Copy the lines of the entries exactly, from the opening one to the one holding "v4 (84.975092,6,34.873111)", and leave out everything after.

Extracted material ::
--- --- ---
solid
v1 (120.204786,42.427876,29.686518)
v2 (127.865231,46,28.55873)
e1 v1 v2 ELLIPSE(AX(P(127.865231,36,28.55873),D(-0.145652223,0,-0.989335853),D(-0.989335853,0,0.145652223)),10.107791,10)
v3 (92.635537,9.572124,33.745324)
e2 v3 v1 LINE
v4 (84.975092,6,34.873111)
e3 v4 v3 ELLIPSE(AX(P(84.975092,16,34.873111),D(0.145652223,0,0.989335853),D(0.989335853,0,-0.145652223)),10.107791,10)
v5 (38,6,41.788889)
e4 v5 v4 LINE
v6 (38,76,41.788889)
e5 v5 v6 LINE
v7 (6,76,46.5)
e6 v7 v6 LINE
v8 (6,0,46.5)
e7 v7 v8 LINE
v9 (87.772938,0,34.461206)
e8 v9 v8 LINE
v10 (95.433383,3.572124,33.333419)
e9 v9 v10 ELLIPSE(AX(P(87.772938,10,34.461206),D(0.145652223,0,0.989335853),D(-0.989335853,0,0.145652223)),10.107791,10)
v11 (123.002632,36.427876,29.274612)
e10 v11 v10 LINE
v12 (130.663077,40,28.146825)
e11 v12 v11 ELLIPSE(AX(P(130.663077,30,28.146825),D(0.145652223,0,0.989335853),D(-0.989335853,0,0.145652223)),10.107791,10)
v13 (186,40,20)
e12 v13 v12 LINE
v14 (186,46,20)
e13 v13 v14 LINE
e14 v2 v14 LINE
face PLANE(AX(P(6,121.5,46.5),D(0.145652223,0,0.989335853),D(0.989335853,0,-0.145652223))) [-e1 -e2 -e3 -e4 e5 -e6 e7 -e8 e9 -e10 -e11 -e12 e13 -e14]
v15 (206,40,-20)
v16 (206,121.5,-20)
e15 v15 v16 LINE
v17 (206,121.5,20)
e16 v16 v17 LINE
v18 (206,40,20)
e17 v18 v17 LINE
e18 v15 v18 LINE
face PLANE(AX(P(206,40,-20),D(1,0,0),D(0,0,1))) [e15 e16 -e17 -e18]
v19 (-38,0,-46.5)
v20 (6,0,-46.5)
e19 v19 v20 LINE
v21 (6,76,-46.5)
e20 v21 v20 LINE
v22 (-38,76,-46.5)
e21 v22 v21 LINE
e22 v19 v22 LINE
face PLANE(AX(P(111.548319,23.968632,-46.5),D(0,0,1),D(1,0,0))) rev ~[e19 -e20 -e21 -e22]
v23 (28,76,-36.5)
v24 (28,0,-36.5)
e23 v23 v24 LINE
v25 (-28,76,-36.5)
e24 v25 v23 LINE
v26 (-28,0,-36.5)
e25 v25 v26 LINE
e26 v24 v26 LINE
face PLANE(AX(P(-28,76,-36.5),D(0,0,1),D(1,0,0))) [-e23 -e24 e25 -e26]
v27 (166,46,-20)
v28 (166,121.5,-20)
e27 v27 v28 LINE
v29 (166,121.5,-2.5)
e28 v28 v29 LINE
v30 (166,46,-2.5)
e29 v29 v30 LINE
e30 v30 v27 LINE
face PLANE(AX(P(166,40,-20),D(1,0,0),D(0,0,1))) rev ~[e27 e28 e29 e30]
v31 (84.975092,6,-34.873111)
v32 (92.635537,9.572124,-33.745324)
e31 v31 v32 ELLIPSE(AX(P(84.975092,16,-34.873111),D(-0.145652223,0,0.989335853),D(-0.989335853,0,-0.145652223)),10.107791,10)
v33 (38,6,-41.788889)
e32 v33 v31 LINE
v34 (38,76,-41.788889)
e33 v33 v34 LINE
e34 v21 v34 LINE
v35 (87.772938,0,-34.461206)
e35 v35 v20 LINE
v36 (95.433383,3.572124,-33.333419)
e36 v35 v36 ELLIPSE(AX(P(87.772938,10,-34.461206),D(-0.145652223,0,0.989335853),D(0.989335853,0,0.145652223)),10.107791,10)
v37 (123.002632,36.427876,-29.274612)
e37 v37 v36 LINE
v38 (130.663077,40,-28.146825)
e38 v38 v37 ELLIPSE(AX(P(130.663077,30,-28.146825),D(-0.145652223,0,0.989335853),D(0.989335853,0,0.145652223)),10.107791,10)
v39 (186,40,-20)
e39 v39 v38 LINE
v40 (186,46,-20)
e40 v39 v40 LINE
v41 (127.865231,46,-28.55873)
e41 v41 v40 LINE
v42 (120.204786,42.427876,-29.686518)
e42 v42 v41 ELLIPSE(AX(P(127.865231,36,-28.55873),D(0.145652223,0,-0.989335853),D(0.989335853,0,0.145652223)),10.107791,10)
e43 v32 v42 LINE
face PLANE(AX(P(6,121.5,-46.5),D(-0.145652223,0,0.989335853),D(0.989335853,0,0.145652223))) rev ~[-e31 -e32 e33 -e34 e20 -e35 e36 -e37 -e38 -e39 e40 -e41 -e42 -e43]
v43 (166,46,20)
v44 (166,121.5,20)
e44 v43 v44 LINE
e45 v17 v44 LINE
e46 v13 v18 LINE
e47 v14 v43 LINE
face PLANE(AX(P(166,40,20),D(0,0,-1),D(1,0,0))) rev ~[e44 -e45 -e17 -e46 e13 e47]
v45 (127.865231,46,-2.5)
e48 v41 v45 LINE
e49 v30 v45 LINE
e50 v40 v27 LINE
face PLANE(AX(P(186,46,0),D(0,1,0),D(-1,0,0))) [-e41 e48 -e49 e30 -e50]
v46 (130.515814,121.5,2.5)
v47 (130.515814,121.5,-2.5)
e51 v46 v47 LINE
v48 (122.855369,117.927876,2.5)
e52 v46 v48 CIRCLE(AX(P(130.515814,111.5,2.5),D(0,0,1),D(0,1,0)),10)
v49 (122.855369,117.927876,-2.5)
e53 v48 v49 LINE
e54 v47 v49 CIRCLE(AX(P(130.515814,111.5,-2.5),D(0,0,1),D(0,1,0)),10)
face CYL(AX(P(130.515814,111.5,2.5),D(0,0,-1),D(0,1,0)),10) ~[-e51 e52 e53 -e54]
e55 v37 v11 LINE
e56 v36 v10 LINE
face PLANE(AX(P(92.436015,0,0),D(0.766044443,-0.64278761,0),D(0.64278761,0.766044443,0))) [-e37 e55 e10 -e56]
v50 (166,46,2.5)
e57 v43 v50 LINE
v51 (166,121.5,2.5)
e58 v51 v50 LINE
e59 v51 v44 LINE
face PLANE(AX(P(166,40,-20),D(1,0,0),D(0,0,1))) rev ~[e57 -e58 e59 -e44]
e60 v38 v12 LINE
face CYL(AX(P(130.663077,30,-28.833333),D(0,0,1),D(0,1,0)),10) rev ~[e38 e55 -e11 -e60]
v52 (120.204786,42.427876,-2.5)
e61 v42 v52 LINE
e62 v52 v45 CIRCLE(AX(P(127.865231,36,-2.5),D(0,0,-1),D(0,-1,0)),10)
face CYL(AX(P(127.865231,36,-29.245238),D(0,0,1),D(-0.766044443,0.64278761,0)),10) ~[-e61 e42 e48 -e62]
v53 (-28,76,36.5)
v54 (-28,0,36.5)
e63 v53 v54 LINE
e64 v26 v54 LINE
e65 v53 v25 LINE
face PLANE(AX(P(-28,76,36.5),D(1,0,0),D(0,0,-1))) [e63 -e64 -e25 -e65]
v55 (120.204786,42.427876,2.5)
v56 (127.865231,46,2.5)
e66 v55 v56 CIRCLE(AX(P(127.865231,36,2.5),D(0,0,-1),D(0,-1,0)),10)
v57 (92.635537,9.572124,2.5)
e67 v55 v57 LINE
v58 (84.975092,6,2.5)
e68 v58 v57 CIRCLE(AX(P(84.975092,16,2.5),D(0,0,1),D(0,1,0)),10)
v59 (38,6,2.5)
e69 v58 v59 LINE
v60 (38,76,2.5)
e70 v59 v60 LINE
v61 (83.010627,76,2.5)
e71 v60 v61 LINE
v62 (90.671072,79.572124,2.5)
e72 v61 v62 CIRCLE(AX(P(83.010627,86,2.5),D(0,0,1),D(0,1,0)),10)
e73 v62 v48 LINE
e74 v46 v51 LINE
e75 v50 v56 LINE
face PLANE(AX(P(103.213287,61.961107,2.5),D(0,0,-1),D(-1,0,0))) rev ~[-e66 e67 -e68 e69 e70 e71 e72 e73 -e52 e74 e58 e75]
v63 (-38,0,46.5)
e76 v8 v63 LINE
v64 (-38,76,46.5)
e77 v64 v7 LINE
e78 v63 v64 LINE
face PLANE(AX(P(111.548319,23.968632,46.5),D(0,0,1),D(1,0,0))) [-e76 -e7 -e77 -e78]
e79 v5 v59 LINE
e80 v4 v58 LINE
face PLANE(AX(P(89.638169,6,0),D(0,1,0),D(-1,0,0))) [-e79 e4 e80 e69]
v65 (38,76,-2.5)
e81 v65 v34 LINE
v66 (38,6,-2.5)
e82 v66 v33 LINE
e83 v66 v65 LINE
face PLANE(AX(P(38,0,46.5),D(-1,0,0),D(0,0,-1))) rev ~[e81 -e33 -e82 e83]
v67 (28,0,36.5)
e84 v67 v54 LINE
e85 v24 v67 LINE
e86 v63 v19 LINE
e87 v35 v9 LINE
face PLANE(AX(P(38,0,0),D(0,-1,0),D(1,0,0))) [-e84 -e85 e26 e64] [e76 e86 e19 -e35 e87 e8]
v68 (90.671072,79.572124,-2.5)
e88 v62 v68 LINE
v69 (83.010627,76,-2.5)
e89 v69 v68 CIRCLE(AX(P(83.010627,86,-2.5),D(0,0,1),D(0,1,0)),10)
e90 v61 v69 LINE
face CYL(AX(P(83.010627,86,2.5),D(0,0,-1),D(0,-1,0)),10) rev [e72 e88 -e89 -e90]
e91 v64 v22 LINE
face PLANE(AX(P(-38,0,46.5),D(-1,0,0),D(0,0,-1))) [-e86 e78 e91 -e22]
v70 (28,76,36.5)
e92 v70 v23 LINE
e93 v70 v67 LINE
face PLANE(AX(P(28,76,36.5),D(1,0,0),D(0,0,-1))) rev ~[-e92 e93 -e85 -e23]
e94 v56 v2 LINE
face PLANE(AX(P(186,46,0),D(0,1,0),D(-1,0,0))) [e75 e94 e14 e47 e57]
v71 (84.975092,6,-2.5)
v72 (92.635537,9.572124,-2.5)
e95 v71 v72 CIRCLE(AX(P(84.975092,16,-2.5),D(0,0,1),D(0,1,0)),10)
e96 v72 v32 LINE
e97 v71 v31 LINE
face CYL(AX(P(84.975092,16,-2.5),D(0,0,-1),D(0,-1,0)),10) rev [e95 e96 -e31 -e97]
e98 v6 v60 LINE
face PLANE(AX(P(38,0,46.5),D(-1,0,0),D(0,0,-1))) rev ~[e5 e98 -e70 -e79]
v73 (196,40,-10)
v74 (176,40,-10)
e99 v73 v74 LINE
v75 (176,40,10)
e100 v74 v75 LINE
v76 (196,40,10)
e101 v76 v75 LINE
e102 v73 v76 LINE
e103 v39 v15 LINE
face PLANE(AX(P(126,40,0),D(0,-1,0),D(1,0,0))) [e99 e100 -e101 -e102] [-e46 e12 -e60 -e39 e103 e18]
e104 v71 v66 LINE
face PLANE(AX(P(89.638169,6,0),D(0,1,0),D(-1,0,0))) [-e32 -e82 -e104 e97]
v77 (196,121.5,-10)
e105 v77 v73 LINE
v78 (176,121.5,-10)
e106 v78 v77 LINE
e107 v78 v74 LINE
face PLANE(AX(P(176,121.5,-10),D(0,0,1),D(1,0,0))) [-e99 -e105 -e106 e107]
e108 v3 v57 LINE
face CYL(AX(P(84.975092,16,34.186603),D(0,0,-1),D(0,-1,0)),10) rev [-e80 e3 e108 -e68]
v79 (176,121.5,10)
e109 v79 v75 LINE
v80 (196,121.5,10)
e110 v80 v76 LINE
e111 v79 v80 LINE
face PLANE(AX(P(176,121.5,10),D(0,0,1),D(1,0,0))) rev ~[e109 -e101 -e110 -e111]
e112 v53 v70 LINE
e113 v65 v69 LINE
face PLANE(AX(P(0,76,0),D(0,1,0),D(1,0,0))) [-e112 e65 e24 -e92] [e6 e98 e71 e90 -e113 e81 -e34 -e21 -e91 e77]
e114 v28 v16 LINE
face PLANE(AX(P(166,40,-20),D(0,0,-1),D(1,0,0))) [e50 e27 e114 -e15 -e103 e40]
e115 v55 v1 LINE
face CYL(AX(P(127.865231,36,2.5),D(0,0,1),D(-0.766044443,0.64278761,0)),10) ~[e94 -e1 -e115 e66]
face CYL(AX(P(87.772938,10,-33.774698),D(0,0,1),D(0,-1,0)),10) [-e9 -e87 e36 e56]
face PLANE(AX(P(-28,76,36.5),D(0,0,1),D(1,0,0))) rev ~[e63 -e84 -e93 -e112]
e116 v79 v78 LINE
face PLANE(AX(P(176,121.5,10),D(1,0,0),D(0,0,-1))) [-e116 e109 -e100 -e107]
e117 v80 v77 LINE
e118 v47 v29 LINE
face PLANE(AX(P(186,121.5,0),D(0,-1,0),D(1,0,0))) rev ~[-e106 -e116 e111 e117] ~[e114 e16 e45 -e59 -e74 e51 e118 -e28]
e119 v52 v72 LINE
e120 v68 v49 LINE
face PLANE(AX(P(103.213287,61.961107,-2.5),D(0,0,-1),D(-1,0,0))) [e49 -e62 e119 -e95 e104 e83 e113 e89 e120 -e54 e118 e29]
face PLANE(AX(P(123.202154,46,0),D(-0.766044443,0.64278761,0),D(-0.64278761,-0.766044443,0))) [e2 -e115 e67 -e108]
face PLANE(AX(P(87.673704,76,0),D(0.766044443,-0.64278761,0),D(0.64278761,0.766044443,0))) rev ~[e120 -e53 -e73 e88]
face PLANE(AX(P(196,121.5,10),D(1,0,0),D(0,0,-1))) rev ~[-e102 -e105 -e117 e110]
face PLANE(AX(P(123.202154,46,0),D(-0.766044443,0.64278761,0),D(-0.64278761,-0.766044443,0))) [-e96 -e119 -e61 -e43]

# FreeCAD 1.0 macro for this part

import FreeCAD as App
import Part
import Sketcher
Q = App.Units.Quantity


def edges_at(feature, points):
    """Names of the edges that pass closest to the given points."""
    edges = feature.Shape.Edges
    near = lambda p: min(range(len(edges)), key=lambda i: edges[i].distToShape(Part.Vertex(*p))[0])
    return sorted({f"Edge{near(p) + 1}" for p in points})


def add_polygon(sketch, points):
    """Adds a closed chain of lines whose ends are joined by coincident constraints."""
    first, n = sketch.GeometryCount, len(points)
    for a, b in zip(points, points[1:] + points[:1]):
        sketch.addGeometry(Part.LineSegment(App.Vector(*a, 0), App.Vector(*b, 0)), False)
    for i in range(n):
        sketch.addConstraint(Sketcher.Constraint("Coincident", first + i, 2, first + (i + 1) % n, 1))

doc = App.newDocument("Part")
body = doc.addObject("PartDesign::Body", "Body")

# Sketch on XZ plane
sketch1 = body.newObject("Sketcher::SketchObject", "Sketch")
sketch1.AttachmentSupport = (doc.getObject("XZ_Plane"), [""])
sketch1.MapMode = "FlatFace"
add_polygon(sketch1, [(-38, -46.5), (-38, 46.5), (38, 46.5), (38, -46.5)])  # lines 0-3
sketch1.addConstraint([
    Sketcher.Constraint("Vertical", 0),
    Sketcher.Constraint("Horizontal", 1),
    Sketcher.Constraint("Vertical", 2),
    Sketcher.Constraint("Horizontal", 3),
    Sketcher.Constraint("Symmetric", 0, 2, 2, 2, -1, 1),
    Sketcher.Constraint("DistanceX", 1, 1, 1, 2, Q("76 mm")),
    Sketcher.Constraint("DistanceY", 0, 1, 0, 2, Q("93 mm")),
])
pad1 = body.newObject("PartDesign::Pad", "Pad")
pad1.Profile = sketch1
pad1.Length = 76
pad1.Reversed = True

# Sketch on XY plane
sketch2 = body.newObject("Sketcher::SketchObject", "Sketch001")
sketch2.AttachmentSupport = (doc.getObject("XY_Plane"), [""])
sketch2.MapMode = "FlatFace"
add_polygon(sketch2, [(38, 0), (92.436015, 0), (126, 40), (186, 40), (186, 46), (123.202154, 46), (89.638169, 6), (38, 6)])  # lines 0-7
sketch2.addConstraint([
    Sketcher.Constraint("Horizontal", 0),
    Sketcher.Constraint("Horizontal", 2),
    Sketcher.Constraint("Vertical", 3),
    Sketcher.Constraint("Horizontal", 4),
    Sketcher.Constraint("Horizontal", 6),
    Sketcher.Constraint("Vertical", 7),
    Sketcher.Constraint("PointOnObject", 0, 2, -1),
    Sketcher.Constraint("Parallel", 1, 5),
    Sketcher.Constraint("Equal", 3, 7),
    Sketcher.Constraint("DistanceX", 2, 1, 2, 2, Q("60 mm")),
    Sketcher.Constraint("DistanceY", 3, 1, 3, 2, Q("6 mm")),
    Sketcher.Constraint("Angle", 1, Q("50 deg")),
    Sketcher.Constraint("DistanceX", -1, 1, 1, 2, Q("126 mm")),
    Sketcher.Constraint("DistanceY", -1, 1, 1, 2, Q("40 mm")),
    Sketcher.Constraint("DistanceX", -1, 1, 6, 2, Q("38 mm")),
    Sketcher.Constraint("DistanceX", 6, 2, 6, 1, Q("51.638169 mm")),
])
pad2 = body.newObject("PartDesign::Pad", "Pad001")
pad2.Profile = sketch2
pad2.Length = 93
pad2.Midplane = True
--- --- ---
Answer section ::
solid
v1 (120.204786,42.427876,29.686518)
v2 (127.865231,46,28.55873)
e1 v1 v2 ELLIPSE(AX(P(127.865231,36,28.55873),D(-0.145652223,0,-0.989335853),D(-0.989335853,0,0.145652223)),10.107791,10)
v3 (92.635537,9.572124,33.745324)
e2 v3 v1 LINE
v4 (84.975092,6,34.873111)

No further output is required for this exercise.